Von den Untiefen einer süd-chilenischen Stadt namens Valdivia stammt das Black Metal Projekt HADES ARCHER, das mit seiner brachialen Musik alten Werten der schwarzmetallischen Musik frönt. HADES ARCHER haben sich dieses Mal mit SLAUGHTBBATH, ebenfalls einer chilenischen BM-Horde, zusammengetan, um gemeinsam einen Split mit dem sperrigen, aber genialen Titel „Circus of Abominations/Antichristos Thanatos“ aufzunehmen.

Acht Songs, fünf davon von HADES ARCHER, drei von SLAUGHTBBATH [irgendwie logisch] erwarten denjenigen, der sich traut, dieses Werk in den Plattenspieler zu legen. HADES ARCHER beginnen mit dem atmosphärischen Song „The Pyre“, in welchem vor allem eine gurgelnde Erzählstimme in den Vordergrund gerückt ist, bis dann ab circa der Hälfte des Songs mit den Blast Parts und dem Double Bass alles vernichtet wird, was sich einem in den Weg stellt. Weiter geht es mit „The Hell Explodes on Earth“, bei welchem wenig Veränderungen zu verzeichnen sind [allerdings gibt es ein Gitarren-Solo] – Knüppelfaktor 100! Lediglich die Vocals variieren im Vergleich zum eröffnenden „The Pyre“ und wirken eher gesprochen als gesungen, wobei auch immer wieder Effekte eingesetzt werden, um die Vocals zu verzerren bzw. zu verändern. Ansonsten wissen hier vor allem die Stakkato-Drums, welche einem das Ohr zerfetzen, zu überzeugen. Auch auf den restlichen Songs kann man sich auf die Knüppelorgie von HADES ARCHER verlassen, insofern muss hier nichts mehr diesbezüglich geschrieben werden.

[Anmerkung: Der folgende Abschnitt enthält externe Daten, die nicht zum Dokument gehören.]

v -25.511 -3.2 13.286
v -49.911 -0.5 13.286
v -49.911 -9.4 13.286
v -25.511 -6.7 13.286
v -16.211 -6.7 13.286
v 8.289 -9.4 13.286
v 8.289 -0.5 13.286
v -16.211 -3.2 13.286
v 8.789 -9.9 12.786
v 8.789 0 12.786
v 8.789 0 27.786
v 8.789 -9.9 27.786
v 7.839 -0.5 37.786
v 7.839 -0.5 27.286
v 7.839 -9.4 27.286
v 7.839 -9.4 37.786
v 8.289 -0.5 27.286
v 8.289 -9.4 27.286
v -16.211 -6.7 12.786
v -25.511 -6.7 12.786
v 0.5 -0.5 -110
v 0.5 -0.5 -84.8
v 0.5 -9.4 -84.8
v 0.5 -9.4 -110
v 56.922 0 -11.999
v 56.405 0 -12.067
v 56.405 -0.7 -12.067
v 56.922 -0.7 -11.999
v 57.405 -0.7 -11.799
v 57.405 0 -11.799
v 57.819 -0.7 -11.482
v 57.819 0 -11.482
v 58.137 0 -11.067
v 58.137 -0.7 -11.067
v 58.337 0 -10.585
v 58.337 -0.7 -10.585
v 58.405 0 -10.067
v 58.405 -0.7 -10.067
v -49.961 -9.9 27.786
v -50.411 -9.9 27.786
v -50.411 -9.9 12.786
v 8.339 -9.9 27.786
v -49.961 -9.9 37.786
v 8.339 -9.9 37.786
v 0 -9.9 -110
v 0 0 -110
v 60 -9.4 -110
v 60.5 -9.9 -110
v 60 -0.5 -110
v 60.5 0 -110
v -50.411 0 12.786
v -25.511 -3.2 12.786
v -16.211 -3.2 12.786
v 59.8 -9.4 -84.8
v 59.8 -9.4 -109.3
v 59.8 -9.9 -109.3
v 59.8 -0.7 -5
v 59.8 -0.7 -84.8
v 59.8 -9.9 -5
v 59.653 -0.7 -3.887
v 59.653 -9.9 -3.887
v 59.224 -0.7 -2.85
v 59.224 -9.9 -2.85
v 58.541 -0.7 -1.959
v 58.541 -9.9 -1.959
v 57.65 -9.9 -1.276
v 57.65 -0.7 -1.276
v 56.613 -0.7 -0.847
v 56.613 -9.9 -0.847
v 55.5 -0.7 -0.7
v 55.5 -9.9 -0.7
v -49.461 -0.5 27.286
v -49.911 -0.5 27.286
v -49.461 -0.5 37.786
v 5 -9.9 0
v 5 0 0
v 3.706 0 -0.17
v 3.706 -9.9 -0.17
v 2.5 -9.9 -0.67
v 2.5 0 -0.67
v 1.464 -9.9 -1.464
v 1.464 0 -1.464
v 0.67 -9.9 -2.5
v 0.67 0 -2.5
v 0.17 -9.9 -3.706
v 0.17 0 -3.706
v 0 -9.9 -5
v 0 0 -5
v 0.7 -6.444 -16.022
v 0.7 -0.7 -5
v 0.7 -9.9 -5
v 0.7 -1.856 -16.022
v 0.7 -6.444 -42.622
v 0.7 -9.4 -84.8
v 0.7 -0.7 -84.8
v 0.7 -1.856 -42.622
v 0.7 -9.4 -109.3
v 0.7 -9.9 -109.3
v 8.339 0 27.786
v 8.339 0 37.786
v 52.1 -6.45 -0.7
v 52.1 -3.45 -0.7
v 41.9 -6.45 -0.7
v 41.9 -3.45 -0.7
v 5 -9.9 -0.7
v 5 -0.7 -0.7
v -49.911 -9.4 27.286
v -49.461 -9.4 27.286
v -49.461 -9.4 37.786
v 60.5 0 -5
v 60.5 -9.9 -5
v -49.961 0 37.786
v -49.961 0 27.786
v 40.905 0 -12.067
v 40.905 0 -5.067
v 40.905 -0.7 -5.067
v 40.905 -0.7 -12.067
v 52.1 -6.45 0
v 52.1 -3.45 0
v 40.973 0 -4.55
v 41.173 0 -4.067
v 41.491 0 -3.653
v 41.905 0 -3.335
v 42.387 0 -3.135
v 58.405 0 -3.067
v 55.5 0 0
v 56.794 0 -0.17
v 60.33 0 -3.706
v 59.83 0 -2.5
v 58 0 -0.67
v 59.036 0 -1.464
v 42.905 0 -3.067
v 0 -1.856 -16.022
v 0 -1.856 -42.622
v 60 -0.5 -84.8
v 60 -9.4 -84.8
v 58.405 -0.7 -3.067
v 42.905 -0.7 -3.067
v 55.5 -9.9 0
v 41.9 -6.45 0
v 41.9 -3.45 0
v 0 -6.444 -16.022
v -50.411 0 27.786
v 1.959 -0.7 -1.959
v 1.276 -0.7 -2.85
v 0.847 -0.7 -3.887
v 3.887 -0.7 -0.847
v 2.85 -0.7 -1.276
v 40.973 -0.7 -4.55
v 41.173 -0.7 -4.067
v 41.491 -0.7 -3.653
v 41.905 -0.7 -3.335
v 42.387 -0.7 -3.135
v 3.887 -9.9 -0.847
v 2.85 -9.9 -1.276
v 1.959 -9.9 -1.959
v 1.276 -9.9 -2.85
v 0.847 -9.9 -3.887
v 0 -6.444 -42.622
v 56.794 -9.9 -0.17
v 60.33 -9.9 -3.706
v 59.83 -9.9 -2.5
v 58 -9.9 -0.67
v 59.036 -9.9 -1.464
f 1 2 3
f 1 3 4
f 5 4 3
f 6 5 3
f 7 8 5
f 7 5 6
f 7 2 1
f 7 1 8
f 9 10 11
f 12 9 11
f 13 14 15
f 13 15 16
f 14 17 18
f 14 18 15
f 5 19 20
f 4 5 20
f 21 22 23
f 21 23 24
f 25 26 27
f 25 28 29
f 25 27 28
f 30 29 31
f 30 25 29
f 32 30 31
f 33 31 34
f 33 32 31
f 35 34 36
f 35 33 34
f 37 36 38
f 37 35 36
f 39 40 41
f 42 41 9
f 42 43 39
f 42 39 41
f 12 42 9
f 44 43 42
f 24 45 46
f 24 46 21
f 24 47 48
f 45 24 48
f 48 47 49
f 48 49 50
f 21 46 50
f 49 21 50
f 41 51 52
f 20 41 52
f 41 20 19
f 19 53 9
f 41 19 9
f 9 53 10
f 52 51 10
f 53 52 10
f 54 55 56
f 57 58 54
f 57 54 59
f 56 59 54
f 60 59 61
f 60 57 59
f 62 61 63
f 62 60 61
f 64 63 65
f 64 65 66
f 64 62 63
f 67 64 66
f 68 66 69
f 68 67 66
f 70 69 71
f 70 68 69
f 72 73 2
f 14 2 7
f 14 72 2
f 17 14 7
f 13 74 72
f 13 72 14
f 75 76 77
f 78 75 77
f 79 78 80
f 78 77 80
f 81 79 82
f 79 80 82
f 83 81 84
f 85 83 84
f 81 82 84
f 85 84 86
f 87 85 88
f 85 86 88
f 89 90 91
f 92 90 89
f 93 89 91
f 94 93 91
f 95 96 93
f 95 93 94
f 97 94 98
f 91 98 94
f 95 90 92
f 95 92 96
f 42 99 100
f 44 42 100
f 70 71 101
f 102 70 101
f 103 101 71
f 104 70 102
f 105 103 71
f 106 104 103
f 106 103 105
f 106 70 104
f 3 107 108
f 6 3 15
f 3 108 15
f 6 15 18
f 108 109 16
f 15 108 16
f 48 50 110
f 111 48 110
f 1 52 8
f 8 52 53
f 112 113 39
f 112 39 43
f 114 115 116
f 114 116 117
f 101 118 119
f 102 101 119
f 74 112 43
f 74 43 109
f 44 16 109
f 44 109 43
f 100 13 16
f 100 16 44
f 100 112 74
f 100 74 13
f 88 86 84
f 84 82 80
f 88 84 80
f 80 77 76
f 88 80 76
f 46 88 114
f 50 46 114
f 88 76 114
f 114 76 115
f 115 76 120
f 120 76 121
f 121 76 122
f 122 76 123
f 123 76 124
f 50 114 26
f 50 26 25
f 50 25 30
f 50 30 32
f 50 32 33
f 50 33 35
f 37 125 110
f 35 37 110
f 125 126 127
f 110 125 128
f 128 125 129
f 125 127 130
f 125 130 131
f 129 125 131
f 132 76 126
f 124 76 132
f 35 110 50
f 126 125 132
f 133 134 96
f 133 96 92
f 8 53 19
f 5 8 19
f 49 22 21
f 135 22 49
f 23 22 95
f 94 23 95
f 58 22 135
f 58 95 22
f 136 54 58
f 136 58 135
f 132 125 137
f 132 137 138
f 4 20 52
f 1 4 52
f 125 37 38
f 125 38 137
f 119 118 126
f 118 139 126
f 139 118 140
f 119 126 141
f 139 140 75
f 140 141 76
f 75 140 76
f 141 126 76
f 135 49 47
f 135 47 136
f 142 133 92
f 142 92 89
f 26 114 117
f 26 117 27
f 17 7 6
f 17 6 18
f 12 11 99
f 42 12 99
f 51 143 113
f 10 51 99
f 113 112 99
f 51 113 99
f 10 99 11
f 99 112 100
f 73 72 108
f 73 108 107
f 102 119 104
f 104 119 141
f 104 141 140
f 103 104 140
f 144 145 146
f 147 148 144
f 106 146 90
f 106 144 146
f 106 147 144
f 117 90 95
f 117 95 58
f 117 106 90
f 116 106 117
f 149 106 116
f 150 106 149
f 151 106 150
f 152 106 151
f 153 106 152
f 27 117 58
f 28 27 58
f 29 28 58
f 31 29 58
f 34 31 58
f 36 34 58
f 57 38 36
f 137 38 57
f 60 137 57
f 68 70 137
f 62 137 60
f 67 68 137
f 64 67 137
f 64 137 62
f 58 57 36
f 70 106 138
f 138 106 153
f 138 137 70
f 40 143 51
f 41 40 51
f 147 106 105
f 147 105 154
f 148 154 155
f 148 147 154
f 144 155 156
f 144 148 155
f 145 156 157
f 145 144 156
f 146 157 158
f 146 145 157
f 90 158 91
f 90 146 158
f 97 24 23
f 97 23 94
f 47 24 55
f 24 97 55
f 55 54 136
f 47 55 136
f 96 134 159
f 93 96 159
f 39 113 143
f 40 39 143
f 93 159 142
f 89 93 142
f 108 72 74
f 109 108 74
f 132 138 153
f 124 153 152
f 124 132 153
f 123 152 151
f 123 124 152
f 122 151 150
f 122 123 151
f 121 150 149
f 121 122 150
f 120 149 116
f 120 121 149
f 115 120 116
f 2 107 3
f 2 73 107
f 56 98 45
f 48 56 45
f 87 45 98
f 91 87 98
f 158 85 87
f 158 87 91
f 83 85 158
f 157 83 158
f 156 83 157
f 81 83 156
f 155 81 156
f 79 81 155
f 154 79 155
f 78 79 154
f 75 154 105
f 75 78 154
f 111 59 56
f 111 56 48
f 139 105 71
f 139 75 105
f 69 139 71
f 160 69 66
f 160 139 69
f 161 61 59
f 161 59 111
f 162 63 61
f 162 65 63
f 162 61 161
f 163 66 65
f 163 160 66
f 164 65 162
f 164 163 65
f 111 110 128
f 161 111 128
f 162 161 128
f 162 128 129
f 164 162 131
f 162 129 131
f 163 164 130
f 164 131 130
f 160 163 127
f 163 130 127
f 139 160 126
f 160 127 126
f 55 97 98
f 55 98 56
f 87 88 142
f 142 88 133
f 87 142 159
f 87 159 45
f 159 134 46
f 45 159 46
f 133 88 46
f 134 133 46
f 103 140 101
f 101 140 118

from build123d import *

# Parameters (mm, degrees)
F2_DEPTH  = 9.9
F3_T      = -0.7
F4_T      = -0.5
F5_DEPTH  = 25
F6_W      = 4.588274518
F6_H      = 26.6
F7_DEPTH  = 25
F8_W      = 59.5
F8_H      = 8.9
F9_DEPTH  = 25
F11_DEPTH = 25
F12_W     = 58.3
F12_H     = 10
F13_DEPTH = 9.9
F14_T     = -0.5
F16_DEPTH = 25


with BuildPart() as f2:
    # F0 (on Front) → F2 (new body)
    with BuildSketch(Plane.XZ):
        with BuildLine():
            Line((55.5, 0), (5, 0))
            ThreePointArc((5, 0), (1.4644660941, -1.4644660941), (0, -5))
            Line((0, -5), (0, -110))
            Line((0, -110), (60.5, -110))
            Line((60.5, -110), (60.5, -5))
            ThreePointArc((60.5, -5), (59.0355339059, -1.4644660941), (55.5, 0))
        make_face()
    extrude(amount=F2_DEPTH)

    # F3
    f3_openings = [f2.faces().sort_by_distance(p)[0] for p in [
        (30.25, -9.9, -55.087018),
    ]]
    offset(amount=F3_T, openings=f3_openings)

    # F4
    f4_openings = [f2.faces().sort_by_distance(p)[0] for p in [
        (30.25, -4.95, -110),
    ]]
    offset(amount=F4_T, openings=f4_openings, kind=Kind.INTERSECTION)

    # F1 (on Front) → F5 (cut)
    with BuildSketch(Plane.XZ):
        with BuildLine():
            Line((58.4048116207, -10.0673367828), (58.4048116207, -3.0673367828))
            Line((58.4048116207, -3.0673367828), (42.9048116207, -3.0673367828))
            ThreePointArc((42.9048116207, -3.0673367828), (41.4905980583, -3.6531232204), (40.9048116207, -5.0673367828))
            Line((40.9048116207, -5.0673367828), (40.9048116207, -12.0673367828))
            Line((40.9048116207, -12.0673367828), (56.4048116207, -12.0673367828))
            ThreePointArc((56.4048116207, -12.0673367828), (57.8190251831, -11.4815503452), (58.4048116207, -10.0673367828))
        make_face()
    extrude(amount=F5_DEPTH, mode=Mode.SUBTRACT)

    # F6 (on face) → F7 (cut)
    with BuildSketch(Plane(origin=(0, 0, 0), x_dir=(0, -1, 0), z_dir=(-1, 0, 0))):
        with Locations((4.1498298524, -29.3223166287)):
            Rectangle(F6_W, F6_H)
    extrude(amount=-F7_DEPTH, mode=Mode.SUBTRACT)

    # F8 (on face) → F9 (cut)
    with BuildSketch(Plane(origin=(0, 0, -109.8), x_dir=(1, 0, 0), z_dir=(0, 0, -1))):
        with Locations((30.25, 4.95)):
            Rectangle(F8_W, F8_H)
    extrude(amount=-F9_DEPTH, mode=Mode.SUBTRACT)

    # F10 (on face) → F11 (cut)
    with BuildSketch(Plane.XY):
        Polygon((52.1, -6.45), (52.1, -4.95), (52.1, -3.45), (41.9, -3.45), (41.9, -6.45), align=None)
    extrude(amount=-F11_DEPTH, mode=Mode.SUBTRACT)


with BuildPart() as f13:
    # F12 (on Front) → F13 (new body)
    with BuildSketch(Plane.XZ):
        Polygon((-50.4111871123, 12.7860568464), (8.7888128877, 12.7860568464), (8.7888128877, 27.7860568464), (8.3388128877, 27.7860568464), (-49.9611871123, 27.7860568464), (-50.4111871123, 27.7860568464), align=None)
        with Locations((-20.8111871123, 32.7860568464)):
            Rectangle(F12_W, F12_H)
    extrude(amount=F13_DEPTH)

    # F14
    f14_openings = [f13.faces().sort_by_distance(p)[0] for p in [
        (-20.811187, -4.95, 37.786057),
    ]]
    offset(amount=F14_T, openings=f14_openings, kind=Kind.INTERSECTION)

    # F15 (on face) → F16 (cut)
    with BuildSketch(Plane(origin=(0, 0, 12.7860568464), x_dir=(1, 0, 0), z_dir=(0, 0, -1))):
        Polygon((-25.5111871123, 6.7), (-25.5111871123, 5), (-25.5111871123, 3.2), (-16.2111871123, 3.2), (-16.2111871123, 4.9), (-16.2111871123, 6.7), align=None)
    extrude(amount=-F16_DEPTH, mode=Mode.SUBTRACT)


solid = Compound([f2.part, f13.part])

SLAUGHTBBATH geben sich ebenfalls auch keine Blöße, fahren die Brutalität allerdings etwas zurück, was aber vor allem damit zu tun hat, dass die Drums nicht so dermaßen in den Vordergrund gemischt wurden und der Sound ganz allgemein etwas dumpfer ausgefallen ist. Brachialität und Brutalität stehen aber auf „The Grand Dialogue“, dem „Opener“ von SLAUGHTBBATH, nach wie vor im Vordergrund, auch wenn innerhalb des Songs etwas mehr Variation zu finden ist, als dies bei HADES ARCHER der Fall ist. Dies hängt auch damit zusammen, dass die Songs etwas länger ausgefallen sind als bei SLAUGHTBBATH und darum von vornherein etwas weniger direkt auf den Punkt kommen können. Der größte Unterschied zwischen den beiden Bands sind – neben der schon erwähnten Produktion – vor allem die Vocals, die bei SLAUGHTBBATH wesentlich klassischer und traditioneller ausgefallen sind.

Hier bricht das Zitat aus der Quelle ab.